Шрифт:
Интервал:
Закладка:
— Травами, минералами, внушением — срабатывает всё вместе. Самое сильное воздействие на болезнь оказывает самовнушение. Если человек умеет поместить солнце в больной орган и крутить его справа налево, если умеет разговаривать со своим больным органом и внушать ему — мол, болезнь уже уходит, почти ушла, в конечном счёте, он болезнь победит! Человек не знает собственных ресурсов, силы в нас заложены огромные. И врач обязан, прежде чем лечить, изучить эти силы и ресурсы своих больных.
Голос Альберта перестаёт быть различимым. Стучат часы, стучит в висках.

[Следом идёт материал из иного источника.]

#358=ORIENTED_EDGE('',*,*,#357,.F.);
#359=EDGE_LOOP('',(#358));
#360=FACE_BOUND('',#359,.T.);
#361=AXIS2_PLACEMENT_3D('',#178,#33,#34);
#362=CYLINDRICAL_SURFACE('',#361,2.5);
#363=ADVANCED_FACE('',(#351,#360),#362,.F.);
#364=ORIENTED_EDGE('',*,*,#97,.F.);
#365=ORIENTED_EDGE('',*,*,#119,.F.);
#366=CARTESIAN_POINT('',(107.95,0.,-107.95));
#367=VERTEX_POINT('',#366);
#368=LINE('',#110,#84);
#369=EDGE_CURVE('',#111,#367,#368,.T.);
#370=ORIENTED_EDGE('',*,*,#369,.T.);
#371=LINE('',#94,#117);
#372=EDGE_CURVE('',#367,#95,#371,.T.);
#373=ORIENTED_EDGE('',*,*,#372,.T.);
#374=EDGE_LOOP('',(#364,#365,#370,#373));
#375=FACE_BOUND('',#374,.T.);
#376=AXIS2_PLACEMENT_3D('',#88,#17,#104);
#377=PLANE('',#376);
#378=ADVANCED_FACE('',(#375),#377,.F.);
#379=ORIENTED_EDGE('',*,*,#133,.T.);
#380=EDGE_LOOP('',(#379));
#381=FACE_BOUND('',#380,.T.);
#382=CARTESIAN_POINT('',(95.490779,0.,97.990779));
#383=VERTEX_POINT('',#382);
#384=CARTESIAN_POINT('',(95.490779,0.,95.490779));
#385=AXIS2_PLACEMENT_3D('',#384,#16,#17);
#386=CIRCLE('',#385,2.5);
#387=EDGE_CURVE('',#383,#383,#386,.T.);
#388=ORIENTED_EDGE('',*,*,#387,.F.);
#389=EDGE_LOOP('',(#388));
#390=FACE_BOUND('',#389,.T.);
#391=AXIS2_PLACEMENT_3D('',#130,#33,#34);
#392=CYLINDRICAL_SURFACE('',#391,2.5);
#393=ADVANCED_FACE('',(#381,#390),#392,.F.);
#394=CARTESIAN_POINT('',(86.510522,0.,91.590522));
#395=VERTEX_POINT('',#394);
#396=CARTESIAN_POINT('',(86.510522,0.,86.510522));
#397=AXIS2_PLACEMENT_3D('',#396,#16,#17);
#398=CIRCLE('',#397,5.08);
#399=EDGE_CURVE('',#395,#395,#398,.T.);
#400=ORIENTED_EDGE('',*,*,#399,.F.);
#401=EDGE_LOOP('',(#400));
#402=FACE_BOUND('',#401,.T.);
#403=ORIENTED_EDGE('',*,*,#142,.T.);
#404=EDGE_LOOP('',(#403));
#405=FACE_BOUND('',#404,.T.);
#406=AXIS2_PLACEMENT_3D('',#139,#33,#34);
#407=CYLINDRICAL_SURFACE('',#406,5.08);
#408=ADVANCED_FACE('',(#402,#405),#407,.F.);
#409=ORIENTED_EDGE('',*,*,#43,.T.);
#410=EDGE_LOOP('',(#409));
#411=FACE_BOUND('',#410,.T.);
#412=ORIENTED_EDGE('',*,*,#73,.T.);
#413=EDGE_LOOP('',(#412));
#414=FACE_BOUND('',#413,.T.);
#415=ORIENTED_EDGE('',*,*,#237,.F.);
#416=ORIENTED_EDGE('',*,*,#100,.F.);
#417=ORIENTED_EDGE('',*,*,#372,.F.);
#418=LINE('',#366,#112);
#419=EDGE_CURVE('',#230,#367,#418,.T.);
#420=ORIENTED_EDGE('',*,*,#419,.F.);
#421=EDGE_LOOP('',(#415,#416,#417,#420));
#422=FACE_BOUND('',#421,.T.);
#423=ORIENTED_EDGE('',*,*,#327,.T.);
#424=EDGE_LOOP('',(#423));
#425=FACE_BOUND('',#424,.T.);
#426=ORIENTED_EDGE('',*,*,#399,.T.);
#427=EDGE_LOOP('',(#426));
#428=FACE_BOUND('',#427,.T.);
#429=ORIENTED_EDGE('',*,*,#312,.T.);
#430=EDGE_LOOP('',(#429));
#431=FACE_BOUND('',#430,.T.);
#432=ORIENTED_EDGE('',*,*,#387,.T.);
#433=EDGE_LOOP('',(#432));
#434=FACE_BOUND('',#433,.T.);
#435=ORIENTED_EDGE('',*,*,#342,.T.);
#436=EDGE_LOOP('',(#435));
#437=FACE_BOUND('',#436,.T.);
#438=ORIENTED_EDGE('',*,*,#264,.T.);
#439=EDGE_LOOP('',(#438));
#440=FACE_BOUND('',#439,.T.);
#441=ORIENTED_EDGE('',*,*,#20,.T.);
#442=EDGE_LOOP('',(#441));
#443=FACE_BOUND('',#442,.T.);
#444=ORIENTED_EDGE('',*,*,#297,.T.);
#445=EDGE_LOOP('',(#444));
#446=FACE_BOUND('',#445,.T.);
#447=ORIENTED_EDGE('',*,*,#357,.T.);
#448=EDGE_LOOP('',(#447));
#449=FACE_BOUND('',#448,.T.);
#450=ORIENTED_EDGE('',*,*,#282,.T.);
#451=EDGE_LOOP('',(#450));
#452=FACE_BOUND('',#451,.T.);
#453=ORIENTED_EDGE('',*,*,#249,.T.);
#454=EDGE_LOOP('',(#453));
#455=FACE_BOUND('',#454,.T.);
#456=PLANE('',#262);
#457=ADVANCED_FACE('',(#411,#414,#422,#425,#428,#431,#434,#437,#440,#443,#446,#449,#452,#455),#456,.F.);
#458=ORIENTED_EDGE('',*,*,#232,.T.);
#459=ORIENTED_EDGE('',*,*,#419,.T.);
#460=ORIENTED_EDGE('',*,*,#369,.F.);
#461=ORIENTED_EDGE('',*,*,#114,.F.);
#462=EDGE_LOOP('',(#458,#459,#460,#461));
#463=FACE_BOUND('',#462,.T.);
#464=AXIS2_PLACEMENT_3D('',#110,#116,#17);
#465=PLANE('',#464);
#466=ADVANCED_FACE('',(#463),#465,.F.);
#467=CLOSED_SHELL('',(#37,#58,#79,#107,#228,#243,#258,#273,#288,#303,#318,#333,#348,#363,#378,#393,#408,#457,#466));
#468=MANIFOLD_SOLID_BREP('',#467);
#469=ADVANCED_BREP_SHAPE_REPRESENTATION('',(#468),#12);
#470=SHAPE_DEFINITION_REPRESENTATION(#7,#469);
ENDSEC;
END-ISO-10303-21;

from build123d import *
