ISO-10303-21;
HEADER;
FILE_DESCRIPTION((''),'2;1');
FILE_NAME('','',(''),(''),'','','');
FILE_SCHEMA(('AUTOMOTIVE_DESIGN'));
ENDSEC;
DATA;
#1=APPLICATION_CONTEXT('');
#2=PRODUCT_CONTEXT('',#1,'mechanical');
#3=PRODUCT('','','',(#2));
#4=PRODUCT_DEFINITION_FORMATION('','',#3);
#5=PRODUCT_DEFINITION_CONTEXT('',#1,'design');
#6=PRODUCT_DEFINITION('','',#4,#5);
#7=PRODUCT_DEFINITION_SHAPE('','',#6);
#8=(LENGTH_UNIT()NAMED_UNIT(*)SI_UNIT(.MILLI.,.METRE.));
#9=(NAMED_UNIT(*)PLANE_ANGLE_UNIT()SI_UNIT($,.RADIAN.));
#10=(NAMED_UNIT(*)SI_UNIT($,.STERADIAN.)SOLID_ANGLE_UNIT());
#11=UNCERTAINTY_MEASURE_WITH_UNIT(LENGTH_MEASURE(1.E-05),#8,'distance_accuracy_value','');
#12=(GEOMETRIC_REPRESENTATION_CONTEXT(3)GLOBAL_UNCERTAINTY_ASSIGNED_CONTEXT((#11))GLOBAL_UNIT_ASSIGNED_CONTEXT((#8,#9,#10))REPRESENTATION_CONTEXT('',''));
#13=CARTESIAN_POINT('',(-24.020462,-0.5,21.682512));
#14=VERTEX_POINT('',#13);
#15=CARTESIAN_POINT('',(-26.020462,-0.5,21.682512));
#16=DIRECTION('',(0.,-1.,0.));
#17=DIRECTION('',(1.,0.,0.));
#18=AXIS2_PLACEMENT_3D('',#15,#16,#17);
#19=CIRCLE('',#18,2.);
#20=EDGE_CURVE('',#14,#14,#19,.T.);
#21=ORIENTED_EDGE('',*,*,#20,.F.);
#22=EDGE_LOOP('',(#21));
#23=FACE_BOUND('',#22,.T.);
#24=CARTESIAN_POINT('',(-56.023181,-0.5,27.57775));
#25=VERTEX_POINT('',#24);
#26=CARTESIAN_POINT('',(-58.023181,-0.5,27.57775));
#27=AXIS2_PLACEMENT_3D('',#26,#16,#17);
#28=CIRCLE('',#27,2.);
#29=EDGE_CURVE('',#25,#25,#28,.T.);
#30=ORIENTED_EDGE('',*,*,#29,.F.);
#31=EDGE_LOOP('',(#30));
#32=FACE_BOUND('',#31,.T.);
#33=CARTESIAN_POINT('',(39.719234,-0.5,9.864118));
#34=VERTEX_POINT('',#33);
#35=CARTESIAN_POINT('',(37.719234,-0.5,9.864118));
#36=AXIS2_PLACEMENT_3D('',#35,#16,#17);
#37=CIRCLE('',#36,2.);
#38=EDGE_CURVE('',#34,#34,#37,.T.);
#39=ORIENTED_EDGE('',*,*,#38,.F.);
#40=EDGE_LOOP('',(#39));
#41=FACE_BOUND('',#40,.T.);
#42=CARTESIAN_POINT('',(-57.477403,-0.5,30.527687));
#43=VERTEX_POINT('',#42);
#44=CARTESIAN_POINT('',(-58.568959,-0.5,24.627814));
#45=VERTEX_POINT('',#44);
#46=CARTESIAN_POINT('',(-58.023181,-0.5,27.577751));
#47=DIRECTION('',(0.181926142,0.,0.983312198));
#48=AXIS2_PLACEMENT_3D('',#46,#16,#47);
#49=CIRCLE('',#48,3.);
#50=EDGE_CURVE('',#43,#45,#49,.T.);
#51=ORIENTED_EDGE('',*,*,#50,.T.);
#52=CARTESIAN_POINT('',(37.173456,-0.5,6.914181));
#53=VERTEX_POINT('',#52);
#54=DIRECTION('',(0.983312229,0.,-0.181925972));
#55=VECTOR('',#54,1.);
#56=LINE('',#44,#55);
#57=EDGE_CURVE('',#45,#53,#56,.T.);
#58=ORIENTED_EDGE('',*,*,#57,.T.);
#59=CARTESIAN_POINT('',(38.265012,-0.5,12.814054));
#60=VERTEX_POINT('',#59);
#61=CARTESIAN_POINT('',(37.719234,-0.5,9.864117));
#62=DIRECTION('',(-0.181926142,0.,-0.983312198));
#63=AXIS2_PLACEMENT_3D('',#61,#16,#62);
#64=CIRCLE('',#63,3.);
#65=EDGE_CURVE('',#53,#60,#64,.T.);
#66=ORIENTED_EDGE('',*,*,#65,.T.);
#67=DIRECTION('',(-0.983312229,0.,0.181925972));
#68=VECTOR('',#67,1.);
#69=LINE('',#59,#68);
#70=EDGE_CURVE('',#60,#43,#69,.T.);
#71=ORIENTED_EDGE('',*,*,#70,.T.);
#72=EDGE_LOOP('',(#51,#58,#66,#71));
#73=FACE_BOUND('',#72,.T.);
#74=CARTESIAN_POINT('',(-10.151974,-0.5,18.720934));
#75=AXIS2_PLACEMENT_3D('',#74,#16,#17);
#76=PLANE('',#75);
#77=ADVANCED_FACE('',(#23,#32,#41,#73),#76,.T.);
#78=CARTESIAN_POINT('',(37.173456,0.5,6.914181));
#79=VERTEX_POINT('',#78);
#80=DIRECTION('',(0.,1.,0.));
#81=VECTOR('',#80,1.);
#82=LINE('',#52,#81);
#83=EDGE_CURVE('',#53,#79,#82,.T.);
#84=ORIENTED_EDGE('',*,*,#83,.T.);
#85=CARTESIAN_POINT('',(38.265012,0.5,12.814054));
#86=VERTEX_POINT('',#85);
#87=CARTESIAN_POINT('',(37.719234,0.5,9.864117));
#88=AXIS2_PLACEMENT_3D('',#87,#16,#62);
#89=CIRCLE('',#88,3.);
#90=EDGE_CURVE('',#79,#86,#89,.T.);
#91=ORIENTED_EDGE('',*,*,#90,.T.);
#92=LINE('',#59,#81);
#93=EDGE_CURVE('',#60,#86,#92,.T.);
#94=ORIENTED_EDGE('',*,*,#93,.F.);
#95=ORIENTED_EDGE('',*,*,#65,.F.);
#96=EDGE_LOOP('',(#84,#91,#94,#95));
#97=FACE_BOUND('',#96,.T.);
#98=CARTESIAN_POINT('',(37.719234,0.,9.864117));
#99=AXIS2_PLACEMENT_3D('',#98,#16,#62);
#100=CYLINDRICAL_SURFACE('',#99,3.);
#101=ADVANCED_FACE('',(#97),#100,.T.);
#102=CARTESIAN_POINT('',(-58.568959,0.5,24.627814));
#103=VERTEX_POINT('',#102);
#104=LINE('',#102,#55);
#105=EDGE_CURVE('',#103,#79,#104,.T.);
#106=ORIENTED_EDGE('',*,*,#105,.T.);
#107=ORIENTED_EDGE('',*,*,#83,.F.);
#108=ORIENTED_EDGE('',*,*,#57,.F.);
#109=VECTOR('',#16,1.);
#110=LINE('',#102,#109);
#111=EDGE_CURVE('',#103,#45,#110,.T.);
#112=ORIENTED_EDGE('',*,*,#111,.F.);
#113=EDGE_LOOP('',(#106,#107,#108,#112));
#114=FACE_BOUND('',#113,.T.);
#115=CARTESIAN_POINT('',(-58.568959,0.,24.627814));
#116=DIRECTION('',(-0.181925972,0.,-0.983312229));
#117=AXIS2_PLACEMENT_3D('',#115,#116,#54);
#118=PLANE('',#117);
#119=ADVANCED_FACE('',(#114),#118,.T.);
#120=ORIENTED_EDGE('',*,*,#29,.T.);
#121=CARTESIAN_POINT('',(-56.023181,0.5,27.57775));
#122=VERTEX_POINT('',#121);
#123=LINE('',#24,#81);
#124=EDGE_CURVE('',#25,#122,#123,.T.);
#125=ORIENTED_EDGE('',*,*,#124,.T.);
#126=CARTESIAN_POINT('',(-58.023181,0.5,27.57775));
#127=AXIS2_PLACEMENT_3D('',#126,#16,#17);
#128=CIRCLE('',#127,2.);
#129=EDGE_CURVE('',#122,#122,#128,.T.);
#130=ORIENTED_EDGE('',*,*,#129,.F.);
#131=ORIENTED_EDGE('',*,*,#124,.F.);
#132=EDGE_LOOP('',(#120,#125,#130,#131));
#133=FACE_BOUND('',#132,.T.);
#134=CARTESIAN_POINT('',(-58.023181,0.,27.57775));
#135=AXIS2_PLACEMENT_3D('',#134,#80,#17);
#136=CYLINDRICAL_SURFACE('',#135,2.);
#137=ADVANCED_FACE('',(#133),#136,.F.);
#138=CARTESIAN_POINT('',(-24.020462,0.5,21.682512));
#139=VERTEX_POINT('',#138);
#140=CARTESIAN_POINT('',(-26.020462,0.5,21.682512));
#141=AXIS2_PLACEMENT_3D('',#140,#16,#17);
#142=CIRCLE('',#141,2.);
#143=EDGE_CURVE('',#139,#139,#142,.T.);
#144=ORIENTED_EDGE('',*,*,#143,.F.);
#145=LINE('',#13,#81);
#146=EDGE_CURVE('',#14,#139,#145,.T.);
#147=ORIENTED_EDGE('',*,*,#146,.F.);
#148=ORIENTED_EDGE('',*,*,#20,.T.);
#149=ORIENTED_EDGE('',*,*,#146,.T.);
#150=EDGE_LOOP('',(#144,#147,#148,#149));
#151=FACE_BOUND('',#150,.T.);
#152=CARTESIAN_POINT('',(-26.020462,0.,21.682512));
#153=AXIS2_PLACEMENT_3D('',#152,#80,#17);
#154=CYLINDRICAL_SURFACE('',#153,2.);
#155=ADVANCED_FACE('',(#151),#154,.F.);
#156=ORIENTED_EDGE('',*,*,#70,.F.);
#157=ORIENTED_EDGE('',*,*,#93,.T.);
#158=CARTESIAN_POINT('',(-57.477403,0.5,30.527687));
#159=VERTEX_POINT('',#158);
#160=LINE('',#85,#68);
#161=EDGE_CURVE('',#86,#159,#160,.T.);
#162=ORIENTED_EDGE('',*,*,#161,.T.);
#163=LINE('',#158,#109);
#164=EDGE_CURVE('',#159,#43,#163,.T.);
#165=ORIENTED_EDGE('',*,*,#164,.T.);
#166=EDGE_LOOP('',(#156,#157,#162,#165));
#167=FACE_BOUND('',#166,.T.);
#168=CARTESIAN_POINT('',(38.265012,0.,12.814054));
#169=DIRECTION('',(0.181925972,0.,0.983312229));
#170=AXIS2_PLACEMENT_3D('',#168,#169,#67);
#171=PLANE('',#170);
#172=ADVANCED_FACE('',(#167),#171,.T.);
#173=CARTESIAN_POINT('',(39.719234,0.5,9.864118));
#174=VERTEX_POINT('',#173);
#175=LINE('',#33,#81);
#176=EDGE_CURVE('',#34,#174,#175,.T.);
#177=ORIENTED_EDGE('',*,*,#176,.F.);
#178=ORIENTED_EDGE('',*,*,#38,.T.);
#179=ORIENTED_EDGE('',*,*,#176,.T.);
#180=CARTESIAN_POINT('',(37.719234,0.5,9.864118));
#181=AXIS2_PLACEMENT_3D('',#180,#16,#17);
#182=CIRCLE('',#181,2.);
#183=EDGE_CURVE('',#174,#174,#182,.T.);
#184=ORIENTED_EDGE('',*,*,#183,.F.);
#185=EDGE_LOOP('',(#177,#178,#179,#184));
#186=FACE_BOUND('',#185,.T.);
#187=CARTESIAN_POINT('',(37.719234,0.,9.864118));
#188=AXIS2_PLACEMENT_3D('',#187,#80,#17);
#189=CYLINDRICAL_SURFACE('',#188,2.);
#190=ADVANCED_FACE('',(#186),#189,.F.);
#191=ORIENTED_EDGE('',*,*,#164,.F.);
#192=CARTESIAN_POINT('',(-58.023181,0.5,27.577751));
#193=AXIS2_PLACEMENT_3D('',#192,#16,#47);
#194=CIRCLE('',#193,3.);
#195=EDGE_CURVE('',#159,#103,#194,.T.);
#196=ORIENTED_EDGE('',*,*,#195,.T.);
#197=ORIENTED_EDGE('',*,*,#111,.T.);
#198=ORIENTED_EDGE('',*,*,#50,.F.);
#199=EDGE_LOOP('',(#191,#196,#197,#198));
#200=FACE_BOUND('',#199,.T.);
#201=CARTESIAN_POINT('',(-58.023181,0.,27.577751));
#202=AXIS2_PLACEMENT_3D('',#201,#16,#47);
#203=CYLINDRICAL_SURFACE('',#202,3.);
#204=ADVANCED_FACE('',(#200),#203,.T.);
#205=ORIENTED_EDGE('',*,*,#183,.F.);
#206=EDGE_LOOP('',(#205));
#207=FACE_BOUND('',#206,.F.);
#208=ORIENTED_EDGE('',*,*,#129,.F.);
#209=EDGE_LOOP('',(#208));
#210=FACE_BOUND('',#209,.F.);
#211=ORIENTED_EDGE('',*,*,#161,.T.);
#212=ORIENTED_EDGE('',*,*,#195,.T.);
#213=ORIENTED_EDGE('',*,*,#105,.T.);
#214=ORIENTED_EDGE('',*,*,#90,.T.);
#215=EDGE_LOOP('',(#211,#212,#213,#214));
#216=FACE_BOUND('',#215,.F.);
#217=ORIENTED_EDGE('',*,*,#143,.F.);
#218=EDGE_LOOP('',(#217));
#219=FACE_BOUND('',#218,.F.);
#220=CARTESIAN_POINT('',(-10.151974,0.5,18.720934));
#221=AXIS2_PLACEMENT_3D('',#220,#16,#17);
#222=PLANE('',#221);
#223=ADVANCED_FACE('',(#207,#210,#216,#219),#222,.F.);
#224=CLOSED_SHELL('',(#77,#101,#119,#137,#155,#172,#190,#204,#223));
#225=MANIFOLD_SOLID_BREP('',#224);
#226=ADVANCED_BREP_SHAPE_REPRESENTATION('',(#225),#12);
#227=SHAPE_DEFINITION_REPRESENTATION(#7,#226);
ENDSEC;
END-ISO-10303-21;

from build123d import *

# Parameters (mm, degrees)
F0_R     = 2
F1_DEPTH = 0.5


with BuildPart() as f1:
    # F0 (on Front) → F1 (new body, symmetric)
    with BuildSketch(Plane.XZ):
        with BuildLine():
            Line((38.265012, 12.814054), (-57.477403, 30.527687))
            ThreePointArc((-57.477403, 30.527687), (-60.973118, 28.123528), (-58.568959, 24.627814))
            Line((-58.568959, 24.627814), (37.173456, 6.914181))
            ThreePointArc((37.173456, 6.914181), (40.669171, 9.31834), (38.265012, 12.814054))
        make_face()
        with Locations((37.719234, 9.864118)):
            Circle(F0_R, mode=Mode.SUBTRACT)
        with Locations((-26.020462, 21.682512)):
            Circle(F0_R, mode=Mode.SUBTRACT)
        with Locations((-58.023181, 27.57775)):
            Circle(F0_R, mode=Mode.SUBTRACT)
    extrude(amount=F1_DEPTH, both=True)


solid = f1.part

Альберт смотрит на неё, как смотрят на царевну, только что, минуту назад, бывшую лягушкой.
Она видит, он говорит. Силится услышать его, не может. Она видит, он понимает, что с ней. Он знает всё и про жизнь и про смерть. Он нарочно говорит, что не знает. В нём спрятан огонь, он — гейзер. Почему же не подойдёт к ней, разве он не чувствует, как они — вместе?! Ей кажется: коснётся её Альберт, и она сразу поймёт то, что он пытается втолковать ей, и через него приобщится к вечности. Это уже было: снег повис над ними. Повис и не падал. Тогда она ещё не поняла, не сумела. Он заодно с небом, и со снегом, и с вечностью, и, раз они сейчас так вместе, она тоже станет частью вечности. Нужно только, чтобы он подошёл к ней.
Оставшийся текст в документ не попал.